Running Synthea

Learning objectives
  1. How can I use Synthea to generate synthetic data?
    Synthetic Synthea data can be generated locally by downloading and configuring the software from https://github.com/synthetichealth/synthea .
Relevant roles:
  • Investigator
  • Informaticist
  • Software Engineer
  • Clinician Scientist/Trainee

There are a few ways to run Synthea: a basic setup using a prepackaged JAR file and a developer setup, or either way may be packaged and run in Docker.

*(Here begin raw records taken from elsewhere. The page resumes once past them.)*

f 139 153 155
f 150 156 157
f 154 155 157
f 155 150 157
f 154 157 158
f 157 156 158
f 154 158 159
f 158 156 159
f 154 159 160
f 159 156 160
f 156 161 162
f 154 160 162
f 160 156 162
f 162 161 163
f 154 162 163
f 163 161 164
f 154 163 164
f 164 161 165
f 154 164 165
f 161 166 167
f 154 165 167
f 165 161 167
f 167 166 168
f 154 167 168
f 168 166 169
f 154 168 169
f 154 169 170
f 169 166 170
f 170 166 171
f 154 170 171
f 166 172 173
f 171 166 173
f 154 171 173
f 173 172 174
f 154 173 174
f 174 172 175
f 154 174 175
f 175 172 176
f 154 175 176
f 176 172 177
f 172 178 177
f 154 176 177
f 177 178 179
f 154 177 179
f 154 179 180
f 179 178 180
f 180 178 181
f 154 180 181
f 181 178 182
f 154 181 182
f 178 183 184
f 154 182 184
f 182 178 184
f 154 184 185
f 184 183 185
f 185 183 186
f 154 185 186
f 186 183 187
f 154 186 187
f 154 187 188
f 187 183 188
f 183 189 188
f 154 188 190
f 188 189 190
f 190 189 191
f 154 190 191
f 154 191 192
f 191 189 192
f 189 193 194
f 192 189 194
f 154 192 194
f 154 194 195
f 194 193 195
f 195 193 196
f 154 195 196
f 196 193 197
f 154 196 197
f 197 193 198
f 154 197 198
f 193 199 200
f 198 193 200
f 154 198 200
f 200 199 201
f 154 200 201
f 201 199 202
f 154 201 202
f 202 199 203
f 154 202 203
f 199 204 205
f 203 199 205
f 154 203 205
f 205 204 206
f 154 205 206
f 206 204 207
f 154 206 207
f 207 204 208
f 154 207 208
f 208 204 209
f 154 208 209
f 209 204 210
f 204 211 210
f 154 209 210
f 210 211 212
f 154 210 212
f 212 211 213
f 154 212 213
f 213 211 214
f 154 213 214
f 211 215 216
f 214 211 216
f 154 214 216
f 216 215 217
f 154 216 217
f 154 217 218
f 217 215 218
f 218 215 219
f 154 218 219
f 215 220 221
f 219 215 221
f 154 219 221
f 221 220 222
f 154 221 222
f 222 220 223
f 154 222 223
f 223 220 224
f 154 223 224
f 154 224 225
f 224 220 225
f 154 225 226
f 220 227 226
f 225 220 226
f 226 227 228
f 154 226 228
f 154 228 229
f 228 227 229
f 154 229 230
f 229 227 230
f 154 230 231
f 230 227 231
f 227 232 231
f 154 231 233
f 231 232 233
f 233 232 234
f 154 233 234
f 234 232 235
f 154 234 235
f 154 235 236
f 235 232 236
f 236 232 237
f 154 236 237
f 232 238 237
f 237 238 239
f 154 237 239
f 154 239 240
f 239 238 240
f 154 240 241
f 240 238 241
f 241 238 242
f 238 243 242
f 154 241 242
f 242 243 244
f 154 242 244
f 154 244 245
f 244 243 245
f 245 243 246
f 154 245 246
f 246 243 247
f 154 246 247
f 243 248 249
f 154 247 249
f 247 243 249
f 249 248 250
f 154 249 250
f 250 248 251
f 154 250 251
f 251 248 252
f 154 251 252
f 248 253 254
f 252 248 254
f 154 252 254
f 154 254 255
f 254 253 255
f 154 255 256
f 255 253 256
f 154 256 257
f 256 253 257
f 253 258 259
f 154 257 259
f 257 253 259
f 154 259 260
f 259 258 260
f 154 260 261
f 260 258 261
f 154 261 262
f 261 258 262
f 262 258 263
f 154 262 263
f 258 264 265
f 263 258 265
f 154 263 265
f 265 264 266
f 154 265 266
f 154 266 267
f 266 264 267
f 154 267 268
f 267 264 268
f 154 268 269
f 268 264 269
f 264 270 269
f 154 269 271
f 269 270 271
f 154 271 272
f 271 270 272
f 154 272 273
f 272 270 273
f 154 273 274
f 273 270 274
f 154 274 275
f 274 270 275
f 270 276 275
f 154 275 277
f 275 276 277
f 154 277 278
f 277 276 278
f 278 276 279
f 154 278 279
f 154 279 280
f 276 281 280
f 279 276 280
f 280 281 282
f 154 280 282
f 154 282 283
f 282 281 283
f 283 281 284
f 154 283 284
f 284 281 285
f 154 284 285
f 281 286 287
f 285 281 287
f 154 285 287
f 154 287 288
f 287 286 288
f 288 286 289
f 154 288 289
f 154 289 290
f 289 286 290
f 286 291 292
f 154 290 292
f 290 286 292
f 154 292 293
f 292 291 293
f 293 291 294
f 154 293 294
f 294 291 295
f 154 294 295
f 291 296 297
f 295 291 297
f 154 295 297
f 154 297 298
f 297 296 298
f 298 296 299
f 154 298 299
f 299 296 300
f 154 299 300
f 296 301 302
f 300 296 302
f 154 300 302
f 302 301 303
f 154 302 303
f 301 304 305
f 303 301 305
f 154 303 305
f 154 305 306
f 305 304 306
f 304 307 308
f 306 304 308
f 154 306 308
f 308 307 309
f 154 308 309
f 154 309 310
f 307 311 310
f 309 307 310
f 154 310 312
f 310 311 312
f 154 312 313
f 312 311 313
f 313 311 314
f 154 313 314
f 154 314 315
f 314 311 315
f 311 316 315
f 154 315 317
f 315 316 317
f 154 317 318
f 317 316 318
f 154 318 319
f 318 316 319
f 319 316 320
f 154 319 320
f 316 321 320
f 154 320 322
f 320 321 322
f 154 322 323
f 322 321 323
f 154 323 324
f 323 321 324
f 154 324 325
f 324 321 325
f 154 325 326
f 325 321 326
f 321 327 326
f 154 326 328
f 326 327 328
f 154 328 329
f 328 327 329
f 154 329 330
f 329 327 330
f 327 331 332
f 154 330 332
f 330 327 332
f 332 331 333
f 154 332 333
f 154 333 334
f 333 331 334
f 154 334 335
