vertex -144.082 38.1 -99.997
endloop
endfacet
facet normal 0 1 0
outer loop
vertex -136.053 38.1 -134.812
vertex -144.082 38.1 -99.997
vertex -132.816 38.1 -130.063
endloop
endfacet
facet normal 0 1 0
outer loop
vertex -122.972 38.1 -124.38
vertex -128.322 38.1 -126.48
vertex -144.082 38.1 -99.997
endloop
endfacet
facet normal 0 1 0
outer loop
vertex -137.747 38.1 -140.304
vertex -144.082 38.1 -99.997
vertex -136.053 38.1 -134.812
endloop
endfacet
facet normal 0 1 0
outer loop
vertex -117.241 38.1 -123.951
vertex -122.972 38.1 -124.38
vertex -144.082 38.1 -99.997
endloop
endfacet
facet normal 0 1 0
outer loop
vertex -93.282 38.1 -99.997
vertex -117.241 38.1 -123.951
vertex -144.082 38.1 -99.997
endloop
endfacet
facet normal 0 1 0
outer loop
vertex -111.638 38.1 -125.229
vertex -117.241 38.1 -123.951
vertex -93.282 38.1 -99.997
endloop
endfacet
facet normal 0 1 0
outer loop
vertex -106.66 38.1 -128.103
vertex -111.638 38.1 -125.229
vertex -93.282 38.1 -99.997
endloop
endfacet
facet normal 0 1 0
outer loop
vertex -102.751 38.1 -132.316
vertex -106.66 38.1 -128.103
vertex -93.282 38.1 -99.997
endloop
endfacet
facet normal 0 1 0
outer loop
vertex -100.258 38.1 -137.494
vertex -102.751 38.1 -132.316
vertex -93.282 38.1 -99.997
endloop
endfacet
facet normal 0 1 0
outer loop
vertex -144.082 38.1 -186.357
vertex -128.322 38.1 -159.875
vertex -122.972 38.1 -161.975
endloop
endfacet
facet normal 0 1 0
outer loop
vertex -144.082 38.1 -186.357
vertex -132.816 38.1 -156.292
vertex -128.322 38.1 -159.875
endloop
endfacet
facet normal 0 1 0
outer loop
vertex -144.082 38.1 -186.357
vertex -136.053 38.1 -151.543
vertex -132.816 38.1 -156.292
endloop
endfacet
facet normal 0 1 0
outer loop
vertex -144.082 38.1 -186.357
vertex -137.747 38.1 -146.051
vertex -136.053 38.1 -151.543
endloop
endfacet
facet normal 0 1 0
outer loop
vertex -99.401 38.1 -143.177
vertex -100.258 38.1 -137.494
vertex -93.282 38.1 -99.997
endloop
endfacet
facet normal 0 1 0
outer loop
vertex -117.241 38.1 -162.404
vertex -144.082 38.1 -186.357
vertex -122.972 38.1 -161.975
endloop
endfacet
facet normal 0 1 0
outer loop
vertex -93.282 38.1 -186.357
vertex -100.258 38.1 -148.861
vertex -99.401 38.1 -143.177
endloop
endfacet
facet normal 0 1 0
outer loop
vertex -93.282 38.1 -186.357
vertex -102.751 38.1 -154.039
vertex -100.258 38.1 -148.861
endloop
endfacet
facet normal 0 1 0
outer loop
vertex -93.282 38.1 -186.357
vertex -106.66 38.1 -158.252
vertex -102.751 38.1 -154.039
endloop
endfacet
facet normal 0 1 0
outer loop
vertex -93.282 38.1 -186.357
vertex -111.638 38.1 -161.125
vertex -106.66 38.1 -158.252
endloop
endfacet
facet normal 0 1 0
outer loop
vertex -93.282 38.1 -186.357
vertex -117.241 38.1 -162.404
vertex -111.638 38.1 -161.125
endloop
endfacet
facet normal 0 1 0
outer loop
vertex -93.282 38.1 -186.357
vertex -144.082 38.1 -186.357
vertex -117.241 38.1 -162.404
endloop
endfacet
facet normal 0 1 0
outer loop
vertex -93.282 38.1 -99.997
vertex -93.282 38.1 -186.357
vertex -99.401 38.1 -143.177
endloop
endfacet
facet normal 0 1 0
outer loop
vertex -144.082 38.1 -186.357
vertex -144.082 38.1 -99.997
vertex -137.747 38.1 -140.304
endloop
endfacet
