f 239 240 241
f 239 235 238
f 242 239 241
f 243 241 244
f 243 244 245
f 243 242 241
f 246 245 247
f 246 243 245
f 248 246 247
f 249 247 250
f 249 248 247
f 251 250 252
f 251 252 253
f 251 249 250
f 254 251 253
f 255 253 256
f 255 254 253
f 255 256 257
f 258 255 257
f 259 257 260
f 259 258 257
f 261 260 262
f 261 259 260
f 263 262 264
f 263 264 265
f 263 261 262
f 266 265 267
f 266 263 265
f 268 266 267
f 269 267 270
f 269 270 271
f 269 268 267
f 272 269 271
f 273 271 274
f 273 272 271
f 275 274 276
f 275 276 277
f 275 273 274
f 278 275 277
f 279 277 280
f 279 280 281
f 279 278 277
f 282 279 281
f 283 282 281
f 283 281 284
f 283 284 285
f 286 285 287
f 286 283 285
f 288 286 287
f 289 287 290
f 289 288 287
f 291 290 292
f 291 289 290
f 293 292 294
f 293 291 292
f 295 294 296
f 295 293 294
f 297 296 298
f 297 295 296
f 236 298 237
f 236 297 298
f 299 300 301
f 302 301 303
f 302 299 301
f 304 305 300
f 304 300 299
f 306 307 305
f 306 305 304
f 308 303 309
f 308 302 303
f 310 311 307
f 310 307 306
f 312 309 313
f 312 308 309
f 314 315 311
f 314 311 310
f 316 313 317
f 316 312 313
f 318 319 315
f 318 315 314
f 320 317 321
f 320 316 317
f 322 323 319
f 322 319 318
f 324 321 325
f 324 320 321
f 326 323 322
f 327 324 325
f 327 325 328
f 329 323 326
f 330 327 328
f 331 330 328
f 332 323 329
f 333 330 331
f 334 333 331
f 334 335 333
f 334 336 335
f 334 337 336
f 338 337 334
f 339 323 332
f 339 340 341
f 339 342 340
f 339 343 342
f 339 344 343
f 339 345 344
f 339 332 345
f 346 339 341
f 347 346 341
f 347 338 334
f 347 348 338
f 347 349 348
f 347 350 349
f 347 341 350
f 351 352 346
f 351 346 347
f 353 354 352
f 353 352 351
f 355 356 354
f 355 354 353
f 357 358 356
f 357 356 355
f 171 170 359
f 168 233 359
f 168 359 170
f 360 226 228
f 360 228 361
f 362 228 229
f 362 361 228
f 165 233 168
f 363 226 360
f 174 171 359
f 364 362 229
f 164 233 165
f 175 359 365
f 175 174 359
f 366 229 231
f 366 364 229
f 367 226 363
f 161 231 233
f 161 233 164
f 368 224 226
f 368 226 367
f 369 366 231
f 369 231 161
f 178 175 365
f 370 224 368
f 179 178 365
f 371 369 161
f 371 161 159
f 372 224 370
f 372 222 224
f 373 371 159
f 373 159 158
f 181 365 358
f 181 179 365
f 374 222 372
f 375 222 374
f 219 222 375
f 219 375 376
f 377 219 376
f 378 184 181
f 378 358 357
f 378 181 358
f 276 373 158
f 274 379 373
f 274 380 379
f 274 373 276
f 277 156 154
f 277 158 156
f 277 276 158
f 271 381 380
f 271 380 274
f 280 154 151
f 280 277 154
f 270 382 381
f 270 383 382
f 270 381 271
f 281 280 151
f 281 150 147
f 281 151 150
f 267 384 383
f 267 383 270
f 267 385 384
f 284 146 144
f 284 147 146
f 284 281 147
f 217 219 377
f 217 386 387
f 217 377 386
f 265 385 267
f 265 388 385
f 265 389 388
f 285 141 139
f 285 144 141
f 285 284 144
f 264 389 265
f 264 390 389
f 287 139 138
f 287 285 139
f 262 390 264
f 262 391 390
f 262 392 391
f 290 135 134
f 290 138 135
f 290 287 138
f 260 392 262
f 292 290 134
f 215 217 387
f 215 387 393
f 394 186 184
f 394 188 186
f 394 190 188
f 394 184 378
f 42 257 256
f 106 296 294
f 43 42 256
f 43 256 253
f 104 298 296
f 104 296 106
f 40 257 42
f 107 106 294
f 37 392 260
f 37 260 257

The Basic setup is recommended for users who want to get started quickly and do not anticipate making significant changes or customizations to Synthea. The Developer setup is recommended for users who want the ability to fully modify and customize all aspects of Synthea. This page describes both approaches and the configuration options available to them, or if you prefer a more guided approach, the Synthea Toolkit will ask questions about your use case and help you choose the right settings to setup, configure, and run Synthea appropriately.

1 Prerequisites

Synthea requires the Java™ JDK 11 or newer to be installed (make sure to select the JDK, not the JRE install). We recommend the prebuilt OpenJDK binaries available from https://adoptium.net/.

2 Basic Setup

For users who just want to run Synthea, and not make detailed changes to the internal models, the basic setup is recommended. However, the number of customizations available in this setup is limited. See the Developer Setup instructions below for instructions if you want to make changes to Synthea.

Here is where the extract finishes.